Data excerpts
——

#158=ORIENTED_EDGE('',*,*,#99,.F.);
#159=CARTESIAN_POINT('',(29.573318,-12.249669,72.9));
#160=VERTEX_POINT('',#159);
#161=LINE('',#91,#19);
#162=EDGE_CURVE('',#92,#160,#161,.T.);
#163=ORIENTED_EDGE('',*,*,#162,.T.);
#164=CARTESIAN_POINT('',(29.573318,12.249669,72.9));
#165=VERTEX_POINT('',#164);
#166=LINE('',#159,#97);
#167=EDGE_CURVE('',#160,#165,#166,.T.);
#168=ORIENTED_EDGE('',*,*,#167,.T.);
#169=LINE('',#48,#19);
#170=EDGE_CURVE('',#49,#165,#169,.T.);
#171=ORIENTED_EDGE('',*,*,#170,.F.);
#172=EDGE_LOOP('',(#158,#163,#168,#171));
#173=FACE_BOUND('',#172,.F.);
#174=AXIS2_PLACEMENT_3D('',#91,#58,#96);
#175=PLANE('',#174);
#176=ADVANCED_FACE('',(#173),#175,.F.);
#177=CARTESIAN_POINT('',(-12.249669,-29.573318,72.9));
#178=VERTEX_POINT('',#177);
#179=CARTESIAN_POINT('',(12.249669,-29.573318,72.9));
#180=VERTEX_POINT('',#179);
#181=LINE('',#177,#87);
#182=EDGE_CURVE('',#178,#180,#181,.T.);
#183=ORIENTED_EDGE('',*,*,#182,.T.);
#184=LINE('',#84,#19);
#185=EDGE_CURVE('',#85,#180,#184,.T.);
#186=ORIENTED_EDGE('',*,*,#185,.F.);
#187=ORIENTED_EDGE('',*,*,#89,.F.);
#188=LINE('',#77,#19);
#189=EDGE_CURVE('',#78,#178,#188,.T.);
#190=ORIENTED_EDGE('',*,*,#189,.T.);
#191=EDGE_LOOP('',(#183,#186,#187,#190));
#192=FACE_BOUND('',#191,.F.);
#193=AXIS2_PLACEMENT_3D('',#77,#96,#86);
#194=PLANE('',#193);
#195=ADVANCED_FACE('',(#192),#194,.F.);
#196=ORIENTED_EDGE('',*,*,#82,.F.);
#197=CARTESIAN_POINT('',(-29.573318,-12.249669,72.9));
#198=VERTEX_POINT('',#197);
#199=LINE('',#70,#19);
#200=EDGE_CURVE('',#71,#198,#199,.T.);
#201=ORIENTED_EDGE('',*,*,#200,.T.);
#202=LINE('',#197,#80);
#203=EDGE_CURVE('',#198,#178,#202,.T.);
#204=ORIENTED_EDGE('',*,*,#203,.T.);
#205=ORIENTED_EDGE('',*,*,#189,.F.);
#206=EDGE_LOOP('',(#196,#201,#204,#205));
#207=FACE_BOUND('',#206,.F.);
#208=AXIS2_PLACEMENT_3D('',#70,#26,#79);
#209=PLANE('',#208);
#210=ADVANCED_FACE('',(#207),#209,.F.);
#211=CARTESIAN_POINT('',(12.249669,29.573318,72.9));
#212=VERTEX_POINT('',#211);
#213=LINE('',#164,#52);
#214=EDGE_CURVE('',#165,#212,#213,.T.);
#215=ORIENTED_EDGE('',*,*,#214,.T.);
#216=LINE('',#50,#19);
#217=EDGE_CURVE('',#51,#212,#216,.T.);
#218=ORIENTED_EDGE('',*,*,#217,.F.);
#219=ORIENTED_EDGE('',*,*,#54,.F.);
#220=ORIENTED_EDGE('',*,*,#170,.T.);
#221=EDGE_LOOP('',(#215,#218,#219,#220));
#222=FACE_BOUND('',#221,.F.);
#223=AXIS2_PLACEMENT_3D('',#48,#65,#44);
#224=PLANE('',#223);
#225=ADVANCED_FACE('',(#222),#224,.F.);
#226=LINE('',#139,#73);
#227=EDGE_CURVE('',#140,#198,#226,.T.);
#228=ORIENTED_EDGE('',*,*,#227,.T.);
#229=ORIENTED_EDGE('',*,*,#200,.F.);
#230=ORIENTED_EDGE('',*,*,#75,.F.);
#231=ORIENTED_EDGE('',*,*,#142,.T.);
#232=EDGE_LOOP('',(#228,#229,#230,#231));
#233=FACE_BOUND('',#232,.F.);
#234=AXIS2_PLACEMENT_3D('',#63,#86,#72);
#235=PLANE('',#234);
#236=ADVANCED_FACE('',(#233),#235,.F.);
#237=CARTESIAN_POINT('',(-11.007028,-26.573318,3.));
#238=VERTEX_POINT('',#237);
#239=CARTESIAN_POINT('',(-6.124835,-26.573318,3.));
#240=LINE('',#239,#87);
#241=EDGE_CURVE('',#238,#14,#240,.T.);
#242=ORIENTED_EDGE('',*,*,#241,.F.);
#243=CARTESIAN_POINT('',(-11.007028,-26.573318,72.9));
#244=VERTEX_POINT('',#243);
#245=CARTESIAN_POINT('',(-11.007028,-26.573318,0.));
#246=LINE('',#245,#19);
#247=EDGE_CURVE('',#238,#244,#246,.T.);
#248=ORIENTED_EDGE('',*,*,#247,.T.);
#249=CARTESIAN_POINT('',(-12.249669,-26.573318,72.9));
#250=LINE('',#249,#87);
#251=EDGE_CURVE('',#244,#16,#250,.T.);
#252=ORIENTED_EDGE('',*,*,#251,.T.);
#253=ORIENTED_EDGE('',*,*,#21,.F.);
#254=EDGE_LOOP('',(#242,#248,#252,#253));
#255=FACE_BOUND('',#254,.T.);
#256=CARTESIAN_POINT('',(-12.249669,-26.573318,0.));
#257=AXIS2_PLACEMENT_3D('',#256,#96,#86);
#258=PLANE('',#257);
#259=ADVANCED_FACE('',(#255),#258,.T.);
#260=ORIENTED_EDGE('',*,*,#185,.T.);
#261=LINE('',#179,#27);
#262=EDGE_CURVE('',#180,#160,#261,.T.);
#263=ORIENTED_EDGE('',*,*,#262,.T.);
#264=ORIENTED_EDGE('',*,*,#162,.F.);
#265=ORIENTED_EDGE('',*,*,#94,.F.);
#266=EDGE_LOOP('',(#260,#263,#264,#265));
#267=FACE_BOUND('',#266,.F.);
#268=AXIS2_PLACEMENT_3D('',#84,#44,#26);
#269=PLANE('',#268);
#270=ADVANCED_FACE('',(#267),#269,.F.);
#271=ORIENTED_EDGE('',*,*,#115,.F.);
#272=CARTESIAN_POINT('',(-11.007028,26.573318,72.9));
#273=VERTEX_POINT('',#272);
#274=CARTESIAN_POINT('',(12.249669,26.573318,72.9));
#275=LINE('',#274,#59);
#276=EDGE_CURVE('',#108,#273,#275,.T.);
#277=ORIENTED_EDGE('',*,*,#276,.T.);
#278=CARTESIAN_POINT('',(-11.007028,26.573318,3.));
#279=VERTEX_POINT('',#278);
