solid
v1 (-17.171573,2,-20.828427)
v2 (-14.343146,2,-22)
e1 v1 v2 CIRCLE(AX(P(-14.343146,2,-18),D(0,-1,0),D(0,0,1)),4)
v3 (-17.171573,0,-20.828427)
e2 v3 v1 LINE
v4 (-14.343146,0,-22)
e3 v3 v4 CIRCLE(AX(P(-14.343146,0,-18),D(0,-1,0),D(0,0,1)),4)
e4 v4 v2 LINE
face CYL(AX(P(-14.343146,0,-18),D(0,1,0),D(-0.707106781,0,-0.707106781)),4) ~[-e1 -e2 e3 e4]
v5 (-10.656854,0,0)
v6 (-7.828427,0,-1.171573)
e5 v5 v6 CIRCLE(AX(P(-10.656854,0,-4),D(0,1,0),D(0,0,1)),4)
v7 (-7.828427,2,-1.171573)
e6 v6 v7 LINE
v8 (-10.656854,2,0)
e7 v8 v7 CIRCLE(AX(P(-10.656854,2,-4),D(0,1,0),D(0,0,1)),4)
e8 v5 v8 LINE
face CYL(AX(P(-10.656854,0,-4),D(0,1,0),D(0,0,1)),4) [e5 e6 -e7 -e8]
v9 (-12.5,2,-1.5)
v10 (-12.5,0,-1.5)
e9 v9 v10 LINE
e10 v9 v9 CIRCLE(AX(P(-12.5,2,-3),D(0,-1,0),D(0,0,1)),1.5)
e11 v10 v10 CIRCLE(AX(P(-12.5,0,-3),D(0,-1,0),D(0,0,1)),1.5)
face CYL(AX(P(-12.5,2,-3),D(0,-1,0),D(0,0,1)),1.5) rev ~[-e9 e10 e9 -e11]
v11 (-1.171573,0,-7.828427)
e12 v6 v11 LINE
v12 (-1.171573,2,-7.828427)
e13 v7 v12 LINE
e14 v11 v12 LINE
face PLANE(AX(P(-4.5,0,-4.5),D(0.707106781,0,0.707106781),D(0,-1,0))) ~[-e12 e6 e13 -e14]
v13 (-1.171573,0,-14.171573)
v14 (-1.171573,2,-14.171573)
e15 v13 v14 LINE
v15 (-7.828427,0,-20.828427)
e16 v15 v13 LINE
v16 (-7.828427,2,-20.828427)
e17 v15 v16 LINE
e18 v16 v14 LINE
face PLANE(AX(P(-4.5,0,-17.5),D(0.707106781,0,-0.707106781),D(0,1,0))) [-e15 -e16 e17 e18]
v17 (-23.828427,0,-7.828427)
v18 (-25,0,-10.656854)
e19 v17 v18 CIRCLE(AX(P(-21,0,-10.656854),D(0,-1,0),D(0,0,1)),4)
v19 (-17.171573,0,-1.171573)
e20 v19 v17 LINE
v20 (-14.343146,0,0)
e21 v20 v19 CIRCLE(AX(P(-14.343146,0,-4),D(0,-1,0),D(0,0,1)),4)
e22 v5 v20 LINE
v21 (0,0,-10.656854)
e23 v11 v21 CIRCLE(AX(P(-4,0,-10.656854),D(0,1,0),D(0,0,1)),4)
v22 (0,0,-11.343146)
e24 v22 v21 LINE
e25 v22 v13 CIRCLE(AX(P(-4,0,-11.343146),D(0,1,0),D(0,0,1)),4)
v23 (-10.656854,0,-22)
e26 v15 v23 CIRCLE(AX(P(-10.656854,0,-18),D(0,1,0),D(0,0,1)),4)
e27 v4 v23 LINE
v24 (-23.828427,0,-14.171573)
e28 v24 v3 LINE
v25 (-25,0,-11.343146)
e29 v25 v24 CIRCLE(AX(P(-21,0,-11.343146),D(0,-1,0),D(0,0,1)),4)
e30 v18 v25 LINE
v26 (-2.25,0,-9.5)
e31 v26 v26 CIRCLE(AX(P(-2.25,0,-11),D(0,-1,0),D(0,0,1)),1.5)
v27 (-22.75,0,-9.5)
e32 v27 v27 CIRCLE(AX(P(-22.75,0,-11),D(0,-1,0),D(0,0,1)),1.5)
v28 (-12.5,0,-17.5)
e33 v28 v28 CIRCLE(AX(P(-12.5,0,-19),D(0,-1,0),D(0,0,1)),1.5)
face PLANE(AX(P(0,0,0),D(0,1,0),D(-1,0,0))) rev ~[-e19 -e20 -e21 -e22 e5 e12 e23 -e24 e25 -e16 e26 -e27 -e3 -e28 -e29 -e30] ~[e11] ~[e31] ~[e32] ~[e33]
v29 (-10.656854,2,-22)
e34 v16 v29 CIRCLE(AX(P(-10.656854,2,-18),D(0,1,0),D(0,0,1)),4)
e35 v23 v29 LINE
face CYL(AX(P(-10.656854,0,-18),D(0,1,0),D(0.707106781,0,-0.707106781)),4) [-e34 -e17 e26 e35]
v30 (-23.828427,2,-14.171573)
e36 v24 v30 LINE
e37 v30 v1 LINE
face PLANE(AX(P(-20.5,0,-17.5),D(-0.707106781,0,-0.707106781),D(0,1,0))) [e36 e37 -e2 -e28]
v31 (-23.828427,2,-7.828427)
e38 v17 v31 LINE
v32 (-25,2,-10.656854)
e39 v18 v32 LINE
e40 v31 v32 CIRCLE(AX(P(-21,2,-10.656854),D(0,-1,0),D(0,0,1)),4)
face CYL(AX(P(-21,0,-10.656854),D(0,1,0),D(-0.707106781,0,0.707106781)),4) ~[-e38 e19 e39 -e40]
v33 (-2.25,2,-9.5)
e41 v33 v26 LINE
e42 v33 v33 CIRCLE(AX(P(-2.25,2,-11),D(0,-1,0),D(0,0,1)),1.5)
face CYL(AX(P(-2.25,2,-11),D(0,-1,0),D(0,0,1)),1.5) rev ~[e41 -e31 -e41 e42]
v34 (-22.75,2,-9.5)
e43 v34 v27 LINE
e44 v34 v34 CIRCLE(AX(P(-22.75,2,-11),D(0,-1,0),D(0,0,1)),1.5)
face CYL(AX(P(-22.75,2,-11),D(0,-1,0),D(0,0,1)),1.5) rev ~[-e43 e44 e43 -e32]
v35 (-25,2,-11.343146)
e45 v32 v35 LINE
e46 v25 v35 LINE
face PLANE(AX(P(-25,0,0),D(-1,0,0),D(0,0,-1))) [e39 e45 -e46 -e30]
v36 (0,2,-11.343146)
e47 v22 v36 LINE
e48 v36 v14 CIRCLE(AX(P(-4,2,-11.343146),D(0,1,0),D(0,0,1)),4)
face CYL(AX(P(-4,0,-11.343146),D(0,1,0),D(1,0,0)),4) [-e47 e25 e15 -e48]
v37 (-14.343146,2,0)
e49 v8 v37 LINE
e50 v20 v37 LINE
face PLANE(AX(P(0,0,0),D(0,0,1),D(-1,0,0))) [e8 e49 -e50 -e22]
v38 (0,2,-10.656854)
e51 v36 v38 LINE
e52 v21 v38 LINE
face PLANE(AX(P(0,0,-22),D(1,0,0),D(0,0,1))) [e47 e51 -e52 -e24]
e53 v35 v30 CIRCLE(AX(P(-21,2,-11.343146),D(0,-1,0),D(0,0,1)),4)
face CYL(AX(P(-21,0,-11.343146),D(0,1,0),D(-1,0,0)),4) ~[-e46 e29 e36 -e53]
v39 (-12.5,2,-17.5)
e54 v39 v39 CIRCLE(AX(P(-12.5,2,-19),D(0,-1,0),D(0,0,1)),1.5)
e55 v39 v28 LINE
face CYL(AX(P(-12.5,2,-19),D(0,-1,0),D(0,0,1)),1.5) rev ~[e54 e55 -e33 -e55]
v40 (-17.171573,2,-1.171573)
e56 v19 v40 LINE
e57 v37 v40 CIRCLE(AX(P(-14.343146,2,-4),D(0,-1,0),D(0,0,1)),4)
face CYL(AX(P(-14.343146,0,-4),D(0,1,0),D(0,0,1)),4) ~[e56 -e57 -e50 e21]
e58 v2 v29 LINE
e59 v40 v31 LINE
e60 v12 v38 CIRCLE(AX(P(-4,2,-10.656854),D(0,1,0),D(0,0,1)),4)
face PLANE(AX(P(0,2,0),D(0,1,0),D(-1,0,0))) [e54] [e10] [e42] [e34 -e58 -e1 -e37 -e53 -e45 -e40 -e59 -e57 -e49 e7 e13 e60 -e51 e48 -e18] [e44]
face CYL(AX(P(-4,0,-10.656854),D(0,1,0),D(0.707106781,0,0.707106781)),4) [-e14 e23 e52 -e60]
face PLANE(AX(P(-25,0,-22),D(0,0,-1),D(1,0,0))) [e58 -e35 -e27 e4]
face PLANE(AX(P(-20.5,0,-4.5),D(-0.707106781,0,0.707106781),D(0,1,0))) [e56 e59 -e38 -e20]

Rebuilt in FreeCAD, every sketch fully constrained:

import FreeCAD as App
import Part
import Sketcher

V = App.Vector
Q = App.Units.Quantity


def edges_at(feature, points):
    """Names of the edges that pass closest to the given points."""
    edges = feature.Shape.Edges
    near = lambda p: min(range(len(edges)), key=lambda i: edges[i].distToShape(Part.Vertex(*p))[0])
    return sorted({f"Edge{near(p) + 1}" for p in points})

doc = App.newDocument("Part")
params = doc.addObject("Spreadsheet::Sheet", "Params")
for row, (alias, value) in enumerate([
    ("sketch1_width", "25 mm"),
    ("sketch1_height", "22 mm"),
    ("pad1_length", "2 mm"),
    ("chamfer_size", "9 mm"),
    ("fillet_radius", "4 mm"),
    ("sketch2_diameter", "3 mm"),
    ("hole_diameter", "3 mm"),
    ("hole_depth", "8 mm"),
    ("sketch3_diameter", "3 mm"),
    ("hole2_diameter", "3 mm"),
    ("hole2_depth", "8 mm"),
], start=1):
    params.set(f"A{row}", alias)
    params.set(f"B{row}", "=" + value)
    params.setAlias(f"B{row}", alias)

body = doc.addObject("PartDesign::Body", "Body")

sketch1 = body.newObject("Sketcher::SketchObject", "Sketch")
sketch1.AttachmentSupport = (doc.getObject("XZ_Plane"), [""])
sketch1.MapMode = "FlatFace"
sketch1.addGeometry(Part.LineSegment(V(-25, 0, 0), V(0, 0, 0)), False)
sketch1.addGeometry(Part.LineSegment(V(0, 0, 0), V(0, -22, 0)), False)
sketch1.addGeometry(Part.LineSegment(V(0, -22, 0), V(-25, -22, 0)), False)
sketch1.addGeometry(Part.LineSegment(V(-25, -22, 0), V(-25, 0, 0)), False)
sketch1.addConstraint(Sketcher.Constraint("Coincident", 0, 2, 1, 1))
sketch1.addConstraint(Sketcher.Constraint("Coincident", 1, 2, 2, 1))
sketch1.addConstraint(Sketcher.Constraint("Coincident", 2, 2, 3, 1))
sketch1.addConstraint(Sketcher.Constraint("Coincident", 3, 2, 0, 1))
sketch1.addConstraint(Sketcher.Constraint("Horizontal", 0))
sketch1.addConstraint(Sketcher.Constraint("Vertical", 1))
sketch1.addConstraint(Sketcher.Constraint("Horizontal", 2))
sketch1.addConstraint(Sketcher.Constraint("Vertical", 3))
sketch1.addConstraint(Sketcher.Constraint("Coincident", 0, 2, -1, 1))
sketch1.addConstraint(Sketcher.Constraint("DistanceX", 0, 1, 0, 2, Q("25 mm")))
sketch1.addConstraint(Sketcher.Constraint("DistanceY", 1, 2, 1, 1, Q("22 mm")))
sketch1.setExpression("Constraints[9]", "Params.sketch1_width")
sketch1.setExpression("Constraints[10]", "Params.sketch1_height")
pad1 = body.newObject("PartDesign::Pad", "Pad")
pad1.Profile = sketch1
pad1.setExpression("Length", "Params.pad1_length")
pad1.Reversed = True
doc.recompute()

chamfer = body.newObject("PartDesign::Chamfer", "Chamfer")
chamfer.Base = (pad1, edges_at(pad1, [
    (0, 1, 0),
    (0, 1, -22),
    (-25, 1, -22),
    (-25, 1, 0),
]))
chamfer.setExpression("Size", "Params.chamfer_size")
doc.recompute()

fillet = body.newObject("PartDesign::Fillet", "Fillet")
fillet.Base = (chamfer, edges_at(chamfer, [
    (-25, 1, -13),
    (-25, 1, -9),
    (-16, 1, 0),
    (-9, 1, 0),
    (0, 1, -9),
    (0, 1, -13),
    (-9, 1, -22),
    (-16, 1, -22),
]))
fillet.setExpression("Radius", "Params.fillet_radius")

sketch2 = body.newObject("Sketcher::SketchObject", "Sketch001")
sketch2.AttachmentSupport = (doc.getObject("XZ_Plane"), [""])
sketch2.MapMode = "FlatFace"
sketch2.AttachmentOffset = App.Placement(V(0, 0, -2), App.Rotation())
sketch2.addGeometry(Part.Circle(V(-12.5, -3, 0), V(0, 0, 1), 1.5), False)
sketch2.addGeometry(Part.Circle(V(-12.5, -19, 0), V(0, 0, 1), 1.5), False)
sketch2.addConstraint(Sketcher.Constraint("Equal", 0, 1))
sketch2.addConstraint(Sketcher.Constraint("Vertical", 0, 3, 1, 3))
sketch2.addConstraint(Sketcher.Constraint("Diameter", 0, Q("3 mm")))
sketch2.addConstraint(Sketcher.Constraint("DistanceY", 0, 3, -1, 1, Q("3 mm")))
sketch2.addConstraint(Sketcher.Constraint("DistanceY", 1, 3, -1, 1, Q("19 mm")))
sketch2.addConstraint(Sketcher.Constraint("DistanceX", 0, 3, -1, 1, Q("12.5 mm")))
sketch2.setExpression("Constraints[2]", "Params.sketch2_diameter")
doc.recompute()
hole = body.newObject("PartDesign::Hole", "Hole")
hole.Profile = sketch2
hole.ThreadType = "None"
hole.setExpression("Diameter", "Params.hole_diameter")
hole.DepthType = "Dimension"
hole.setExpression("Depth", "Params.hole_depth")
hole.DrillPoint = "Angled"
hole.DrillPointAngle = 118
hole.Reversed = True

sketch3 = body.newObject("Sketcher::SketchObject", "Sketch002")
sketch3.AttachmentSupport = (doc.getObject("XZ_Plane"), [""])
sketch3.MapMode = "FlatFace"
sketch3.AttachmentOffset = App.Placement(V(0, 0, -2), App.Rotation())
sketch3.addGeometry(Part.Circle(V(-2.25, -11, 0), V(0, 0, 1), 1.5), False)
sketch3.addGeometry(Part.Circle(V(-22.75, -11, 0), V(0, 0, 1), 1.5), False)
sketch3.addConstraint(Sketcher.Constraint("Equal", 0, 1))
sketch3.addConstraint(Sketcher.Constraint("Horizontal", 0, 3, 1, 3))
sketch3.addConstraint(Sketcher.Constraint("Diameter", 0, Q("3 mm")))
sketch3.addConstraint(Sketcher.Constraint("DistanceY", 0, 3, -1, 1, Q("11 mm")))
sketch3.addConstraint(Sketcher.Constraint("DistanceX", 1, 3, 0, 3, Q("20.5 mm")))
sketch3.addConstraint(Sketcher.Constraint("DistanceX", 0, 3, -1, 1, Q("2.25 mm")))
sketch3.setExpression("Constraints[2]", "Params.sketch3_diameter")
doc.recompute()
hole2 = body.newObject("PartDesign::Hole", "Hole001")
hole2.Profile = sketch3
hole2.ThreadType = "None"
hole2.setExpression("Diameter", "Params.hole2_diameter")
hole2.DepthType = "Dimension"
hole2.setExpression("Depth", "Params.hole2_depth")
hole2.DrillPoint = "Angled"
hole2.DrillPointAngle = 118
hole2.Reversed = True

doc.recompute()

——

◆ Task instructions ◆
Find "face CYL(AX(P(-2.25,2,-11),D(0,-1,0),D(0,0,1)),1.5) rev" in the entries above and copy that whole line exactly, then each line after it through the line that contains "e46 v25 v35 LINE".

◆ The completed task ◆
face CYL(AX(P(-2.25,2,-11),D(0,-1,0),D(0,0,1)),1.5) rev ~[e41 -e31 -e41 e42]
v34 (-22.75,2,-9.5)
e43 v34 v27 LINE
e44 v34 v34 CIRCLE(AX(P(-22.75,2,-11),D(0,-1,0),D(0,0,1)),1.5)
face CYL(AX(P(-22.75,2,-11),D(0,-1,0),D(0,0,1)),1.5) rev ~[-e43 e44 e43 -e32]
v35 (-25,2,-11.343146)
e45 v32 v35 LINE
e46 v25 v35 LINE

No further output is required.